ZZTopGuitarSolo · 20/08/2024 18:51

My first and third desperately needed their early afternoon nap well into their terrible twos.

It was a total PITA as we had to do the school run at 3pm, so for the third to get his two-hour nap we had to be home by about 12.45pm. I tried to fight it but it was easier just to go with it.

Turns out both of them have ADHD - no idea if that's related.

If I'd only ever had DD2, and not the others, I'd doubtless be with the parents saying 'Oh what's the big deal, just go with the flow? How hard can it be?'

addictedtotheflats · 20/08/2024 20:49

I was adamant a toddlers nap time would not dictate my day but MY GOD i lived for them 2-3 hours. I just planned play dates around the nap. Of course sometimes being out and about couldn't be avoided but generally I would try and be at home over lunch time.

Purpleturtle45 · 20/08/2024 21:01

It's up to everyone how they work it. When my children were small I prioritised nap time as quite frankly I was shattered and it was the only break I got all day so I would much rather have had that in my own house than wandering about with a pram. Often I used it to nap too and catch up on sleep as one of my children was a VERY early riser. Best not to judge until you have been there yourself.
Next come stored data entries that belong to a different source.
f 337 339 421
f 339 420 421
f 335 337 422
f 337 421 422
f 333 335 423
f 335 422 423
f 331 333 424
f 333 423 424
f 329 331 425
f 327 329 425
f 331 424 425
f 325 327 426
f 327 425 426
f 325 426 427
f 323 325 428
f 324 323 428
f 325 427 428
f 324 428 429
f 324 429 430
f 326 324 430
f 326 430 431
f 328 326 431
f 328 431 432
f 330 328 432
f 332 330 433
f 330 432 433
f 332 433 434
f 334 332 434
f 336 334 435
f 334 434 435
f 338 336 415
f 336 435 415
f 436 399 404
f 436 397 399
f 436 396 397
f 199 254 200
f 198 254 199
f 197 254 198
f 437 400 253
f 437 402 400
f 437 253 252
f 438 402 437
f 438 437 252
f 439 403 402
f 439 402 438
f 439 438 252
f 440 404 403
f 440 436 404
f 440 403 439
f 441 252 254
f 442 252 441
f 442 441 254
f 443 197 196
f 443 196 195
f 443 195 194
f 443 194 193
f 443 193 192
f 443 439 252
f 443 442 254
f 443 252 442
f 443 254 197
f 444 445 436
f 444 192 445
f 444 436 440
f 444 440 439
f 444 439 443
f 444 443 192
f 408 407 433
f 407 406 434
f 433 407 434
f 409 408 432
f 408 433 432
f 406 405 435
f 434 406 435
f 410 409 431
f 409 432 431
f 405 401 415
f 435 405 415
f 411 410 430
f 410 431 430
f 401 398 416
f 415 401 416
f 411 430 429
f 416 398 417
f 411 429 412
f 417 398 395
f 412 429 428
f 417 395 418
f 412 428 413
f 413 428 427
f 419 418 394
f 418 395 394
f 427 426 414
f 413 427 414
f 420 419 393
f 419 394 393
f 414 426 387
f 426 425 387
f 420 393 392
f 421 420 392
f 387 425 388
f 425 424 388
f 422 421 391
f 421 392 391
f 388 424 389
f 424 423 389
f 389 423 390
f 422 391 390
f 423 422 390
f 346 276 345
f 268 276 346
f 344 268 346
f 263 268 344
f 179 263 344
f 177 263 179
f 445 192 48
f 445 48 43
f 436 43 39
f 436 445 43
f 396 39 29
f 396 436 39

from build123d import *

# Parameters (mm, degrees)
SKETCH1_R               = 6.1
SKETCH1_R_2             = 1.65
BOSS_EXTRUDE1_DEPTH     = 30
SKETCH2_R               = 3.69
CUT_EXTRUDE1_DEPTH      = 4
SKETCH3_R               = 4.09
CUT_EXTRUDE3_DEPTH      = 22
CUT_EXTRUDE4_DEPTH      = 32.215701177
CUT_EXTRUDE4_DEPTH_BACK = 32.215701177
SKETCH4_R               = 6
wishIwasonholiday10 · 20/08/2024 21:06

I used to do pram naps out and about when DD was a baby but I found it works less well once we were down to the single lunchtime nap as the nap needed to be at least 2 hr and she would often wake after 30-45 min in the pram and refuse to sleep again - cue grumpy whingy toddler for the rest of the day.

Lunches out are really awkward- there’s not enough time to nap before hand and if I try to postpone the nap until after lunch DD will be getting grumpy and tired and no one will enjoy lunch.
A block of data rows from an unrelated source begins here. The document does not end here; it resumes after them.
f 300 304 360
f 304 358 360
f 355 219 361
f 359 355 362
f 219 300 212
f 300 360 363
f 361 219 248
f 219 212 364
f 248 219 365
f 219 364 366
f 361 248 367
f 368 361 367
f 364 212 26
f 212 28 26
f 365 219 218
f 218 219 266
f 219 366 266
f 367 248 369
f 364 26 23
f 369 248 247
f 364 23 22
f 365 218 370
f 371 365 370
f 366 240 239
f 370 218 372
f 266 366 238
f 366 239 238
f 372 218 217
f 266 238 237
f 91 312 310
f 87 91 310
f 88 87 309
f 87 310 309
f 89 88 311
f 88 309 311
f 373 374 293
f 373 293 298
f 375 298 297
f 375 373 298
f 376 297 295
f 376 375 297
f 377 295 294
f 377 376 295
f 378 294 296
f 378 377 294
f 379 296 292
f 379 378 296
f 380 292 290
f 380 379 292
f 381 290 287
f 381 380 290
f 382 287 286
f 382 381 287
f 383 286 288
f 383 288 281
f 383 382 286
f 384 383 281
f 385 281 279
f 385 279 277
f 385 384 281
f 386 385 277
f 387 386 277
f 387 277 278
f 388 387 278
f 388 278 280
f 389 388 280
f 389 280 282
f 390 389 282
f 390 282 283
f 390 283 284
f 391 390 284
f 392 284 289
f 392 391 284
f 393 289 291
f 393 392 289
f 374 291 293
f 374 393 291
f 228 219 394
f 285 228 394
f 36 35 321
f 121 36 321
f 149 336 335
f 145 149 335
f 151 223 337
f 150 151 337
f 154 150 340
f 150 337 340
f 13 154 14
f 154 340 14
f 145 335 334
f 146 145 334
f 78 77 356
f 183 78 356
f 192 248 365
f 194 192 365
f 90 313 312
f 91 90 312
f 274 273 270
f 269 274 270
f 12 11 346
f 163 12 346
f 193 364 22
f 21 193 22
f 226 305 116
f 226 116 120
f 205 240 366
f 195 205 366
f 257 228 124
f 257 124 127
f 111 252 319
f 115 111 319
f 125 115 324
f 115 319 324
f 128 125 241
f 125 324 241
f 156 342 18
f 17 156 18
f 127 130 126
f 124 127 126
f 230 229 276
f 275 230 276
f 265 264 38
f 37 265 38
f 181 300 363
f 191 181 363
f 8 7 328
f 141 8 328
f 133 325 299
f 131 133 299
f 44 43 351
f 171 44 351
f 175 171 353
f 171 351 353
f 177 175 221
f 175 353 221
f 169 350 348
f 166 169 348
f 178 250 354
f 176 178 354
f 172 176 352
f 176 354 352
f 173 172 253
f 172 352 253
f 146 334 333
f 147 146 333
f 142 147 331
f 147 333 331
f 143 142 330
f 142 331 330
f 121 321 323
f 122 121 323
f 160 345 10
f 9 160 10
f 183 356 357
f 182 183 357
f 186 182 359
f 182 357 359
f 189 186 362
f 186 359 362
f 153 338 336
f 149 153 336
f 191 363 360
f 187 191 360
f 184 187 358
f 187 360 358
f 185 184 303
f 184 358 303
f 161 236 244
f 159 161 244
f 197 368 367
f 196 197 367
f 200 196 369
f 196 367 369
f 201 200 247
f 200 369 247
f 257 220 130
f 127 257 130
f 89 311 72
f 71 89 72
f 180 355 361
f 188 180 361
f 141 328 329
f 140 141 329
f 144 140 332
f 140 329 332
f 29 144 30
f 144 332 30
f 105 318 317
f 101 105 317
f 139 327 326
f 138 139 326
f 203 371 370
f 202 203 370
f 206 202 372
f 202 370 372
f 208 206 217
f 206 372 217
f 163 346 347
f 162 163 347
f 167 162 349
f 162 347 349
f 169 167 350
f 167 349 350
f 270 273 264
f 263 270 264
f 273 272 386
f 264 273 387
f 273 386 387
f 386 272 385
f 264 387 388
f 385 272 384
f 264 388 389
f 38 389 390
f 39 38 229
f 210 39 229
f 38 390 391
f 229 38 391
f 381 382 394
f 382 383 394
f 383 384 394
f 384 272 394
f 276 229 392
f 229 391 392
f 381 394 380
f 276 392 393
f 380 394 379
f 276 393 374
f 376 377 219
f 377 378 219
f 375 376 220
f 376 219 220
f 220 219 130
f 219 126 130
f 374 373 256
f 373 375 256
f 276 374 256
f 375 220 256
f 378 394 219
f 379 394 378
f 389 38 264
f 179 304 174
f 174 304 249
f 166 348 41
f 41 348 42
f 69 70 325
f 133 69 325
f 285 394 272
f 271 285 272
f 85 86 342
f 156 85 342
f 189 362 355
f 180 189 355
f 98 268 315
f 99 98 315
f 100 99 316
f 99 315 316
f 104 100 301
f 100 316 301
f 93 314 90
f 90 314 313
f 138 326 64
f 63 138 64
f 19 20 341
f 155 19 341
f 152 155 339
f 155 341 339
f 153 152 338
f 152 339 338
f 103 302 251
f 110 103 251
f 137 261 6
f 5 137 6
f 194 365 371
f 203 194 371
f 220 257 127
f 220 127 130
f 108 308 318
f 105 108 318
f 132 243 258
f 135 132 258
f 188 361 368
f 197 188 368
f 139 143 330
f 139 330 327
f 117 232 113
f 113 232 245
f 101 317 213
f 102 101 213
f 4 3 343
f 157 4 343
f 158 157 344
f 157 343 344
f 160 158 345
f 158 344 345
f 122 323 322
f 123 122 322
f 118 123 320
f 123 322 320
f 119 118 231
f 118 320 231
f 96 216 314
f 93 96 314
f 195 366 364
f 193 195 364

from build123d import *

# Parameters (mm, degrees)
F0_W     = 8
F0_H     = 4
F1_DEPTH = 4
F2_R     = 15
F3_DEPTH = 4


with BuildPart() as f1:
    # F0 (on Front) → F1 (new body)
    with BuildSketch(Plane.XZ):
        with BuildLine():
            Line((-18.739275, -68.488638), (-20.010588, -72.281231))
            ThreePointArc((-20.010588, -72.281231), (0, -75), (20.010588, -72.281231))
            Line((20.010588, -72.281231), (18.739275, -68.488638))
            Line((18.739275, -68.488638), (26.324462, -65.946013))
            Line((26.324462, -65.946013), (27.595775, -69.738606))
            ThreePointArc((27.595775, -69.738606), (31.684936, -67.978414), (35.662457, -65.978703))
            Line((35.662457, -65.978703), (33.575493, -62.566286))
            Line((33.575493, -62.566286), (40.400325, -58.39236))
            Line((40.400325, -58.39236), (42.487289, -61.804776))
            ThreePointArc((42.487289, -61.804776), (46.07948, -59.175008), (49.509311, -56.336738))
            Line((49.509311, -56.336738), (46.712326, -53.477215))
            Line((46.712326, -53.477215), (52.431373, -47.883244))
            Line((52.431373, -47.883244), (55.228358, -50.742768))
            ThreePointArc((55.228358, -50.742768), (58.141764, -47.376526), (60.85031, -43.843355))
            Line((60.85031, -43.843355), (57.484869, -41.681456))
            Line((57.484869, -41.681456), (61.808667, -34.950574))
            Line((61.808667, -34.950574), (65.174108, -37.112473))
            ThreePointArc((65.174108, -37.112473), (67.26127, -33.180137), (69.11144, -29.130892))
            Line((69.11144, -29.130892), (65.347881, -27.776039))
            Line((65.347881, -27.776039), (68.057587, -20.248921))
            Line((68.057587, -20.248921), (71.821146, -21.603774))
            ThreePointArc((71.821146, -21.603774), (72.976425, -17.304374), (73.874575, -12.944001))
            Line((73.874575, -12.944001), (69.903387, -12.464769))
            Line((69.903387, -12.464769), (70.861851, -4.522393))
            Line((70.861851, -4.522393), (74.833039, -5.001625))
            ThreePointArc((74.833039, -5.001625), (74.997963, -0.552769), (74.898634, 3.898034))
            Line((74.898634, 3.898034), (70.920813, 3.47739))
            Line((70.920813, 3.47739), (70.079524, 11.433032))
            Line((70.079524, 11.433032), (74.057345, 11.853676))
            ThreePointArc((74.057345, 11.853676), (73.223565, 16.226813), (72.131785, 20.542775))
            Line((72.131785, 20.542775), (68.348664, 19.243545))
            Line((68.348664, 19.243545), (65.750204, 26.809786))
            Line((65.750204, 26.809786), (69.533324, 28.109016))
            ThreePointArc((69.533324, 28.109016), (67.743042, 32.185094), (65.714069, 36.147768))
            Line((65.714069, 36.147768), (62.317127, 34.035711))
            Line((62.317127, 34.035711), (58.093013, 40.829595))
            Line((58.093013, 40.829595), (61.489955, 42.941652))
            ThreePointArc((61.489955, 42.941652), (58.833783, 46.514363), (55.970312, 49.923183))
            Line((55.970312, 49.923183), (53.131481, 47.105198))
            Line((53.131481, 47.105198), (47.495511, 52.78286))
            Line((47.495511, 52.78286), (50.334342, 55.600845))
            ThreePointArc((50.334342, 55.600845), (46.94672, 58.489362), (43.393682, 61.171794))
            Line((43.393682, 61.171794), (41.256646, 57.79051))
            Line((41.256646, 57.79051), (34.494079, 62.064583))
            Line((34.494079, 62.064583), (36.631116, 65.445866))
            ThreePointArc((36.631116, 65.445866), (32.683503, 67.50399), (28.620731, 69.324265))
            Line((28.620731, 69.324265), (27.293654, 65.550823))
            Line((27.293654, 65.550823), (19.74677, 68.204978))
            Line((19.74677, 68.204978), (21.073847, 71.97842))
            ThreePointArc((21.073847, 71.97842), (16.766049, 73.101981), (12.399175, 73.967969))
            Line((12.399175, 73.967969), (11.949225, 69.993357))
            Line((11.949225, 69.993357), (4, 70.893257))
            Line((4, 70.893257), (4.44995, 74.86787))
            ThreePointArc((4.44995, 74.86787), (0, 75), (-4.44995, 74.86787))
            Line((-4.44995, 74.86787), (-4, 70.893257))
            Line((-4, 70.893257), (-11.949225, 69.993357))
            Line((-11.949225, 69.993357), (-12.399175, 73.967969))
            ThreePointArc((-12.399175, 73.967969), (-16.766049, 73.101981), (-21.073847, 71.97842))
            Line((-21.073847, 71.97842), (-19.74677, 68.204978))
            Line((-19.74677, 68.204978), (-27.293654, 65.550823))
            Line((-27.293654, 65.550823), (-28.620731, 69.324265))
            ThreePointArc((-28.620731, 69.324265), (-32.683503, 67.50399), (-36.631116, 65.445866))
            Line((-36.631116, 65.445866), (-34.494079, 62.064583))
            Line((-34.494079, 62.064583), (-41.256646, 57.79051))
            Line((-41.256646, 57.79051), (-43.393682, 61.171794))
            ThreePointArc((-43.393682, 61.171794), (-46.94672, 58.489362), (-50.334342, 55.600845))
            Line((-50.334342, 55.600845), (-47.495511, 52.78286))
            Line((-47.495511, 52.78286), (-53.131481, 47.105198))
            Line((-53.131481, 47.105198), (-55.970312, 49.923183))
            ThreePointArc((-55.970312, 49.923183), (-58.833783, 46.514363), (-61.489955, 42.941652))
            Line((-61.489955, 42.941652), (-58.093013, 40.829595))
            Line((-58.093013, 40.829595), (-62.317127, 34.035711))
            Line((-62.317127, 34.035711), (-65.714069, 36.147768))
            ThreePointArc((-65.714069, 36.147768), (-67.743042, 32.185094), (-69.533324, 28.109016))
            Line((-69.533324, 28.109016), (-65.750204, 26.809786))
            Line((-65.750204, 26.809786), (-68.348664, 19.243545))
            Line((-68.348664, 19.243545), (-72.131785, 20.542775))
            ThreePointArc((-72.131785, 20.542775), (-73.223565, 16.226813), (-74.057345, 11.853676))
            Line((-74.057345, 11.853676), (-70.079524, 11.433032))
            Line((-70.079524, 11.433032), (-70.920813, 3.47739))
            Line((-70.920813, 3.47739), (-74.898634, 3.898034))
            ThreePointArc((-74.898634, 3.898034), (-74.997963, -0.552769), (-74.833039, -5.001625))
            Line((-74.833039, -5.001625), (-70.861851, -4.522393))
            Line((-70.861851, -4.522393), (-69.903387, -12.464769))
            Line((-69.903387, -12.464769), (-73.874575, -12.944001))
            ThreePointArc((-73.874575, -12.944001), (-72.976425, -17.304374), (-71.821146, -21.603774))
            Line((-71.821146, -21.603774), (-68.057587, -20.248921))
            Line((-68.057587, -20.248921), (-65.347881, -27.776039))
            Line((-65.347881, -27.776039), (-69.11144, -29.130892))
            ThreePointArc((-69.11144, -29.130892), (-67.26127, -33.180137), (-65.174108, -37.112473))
I’ve become much more of the home for nap time type but we did try the flexible approach on holiday recently - some days worked OK and others were just a disaster.

wellington77 · 20/08/2024 21:07

It’s definitely not imperative, use the pram if out and about. Generations of mums have been doing it including me, never been any harm.

fghbvh · 20/08/2024 21:17

I don't feel it has much to do with parenting style and has more to do with the temperament of the individual baby.
My son has always been a dreadful sleeper and I had to be quite militant about his nap routine when he was a baby. I didn't want to have to decline outings or lunches with family / friends, but I had to as my child would only sleep under very specific circumstances. If he didn't nap at the right time he wasn't just a huge grump, but then he wouldn't sleep at night either.
As it turns out, he's been diagnosed ASD and while he dropped his naps a very long time ago, we still have huge problems with sleep at nearly 5.

claseant · 20/08/2024 22:01

I do buggy naps my 2yo and she's barely had any cot naps. She likes the buggy to be kept moving though, she complains if I try to sit at a bench and won't be fooled by a Rockit or me pushing it back and forth! So I have a really good daily step count! She is my second and has always had to tag along when taking my eldest out to play or doing school runs, so we have never stayed at home much since the day she was born. She napped in a baby carrier for the first 9 months.

My first dc loved buggy naps too and would nap in the afternoons until she started school, so we kept the buggy at hand on trips out so she could have a nap. It meant she never had early bedtimes but we preferred it that way as it meant DH could spend a decent amount of time with her after work.

Makingchocolatecake · 20/08/2024 23:03

Never been the kind of person who has scheduled anything child wise except her bottle feeds as a baby. She can nap any time from 11-4 and her bedtime varies too. She won't nap at home so I usually take her out for a drive or she falls asleep in car/pushchair on way home from stuff.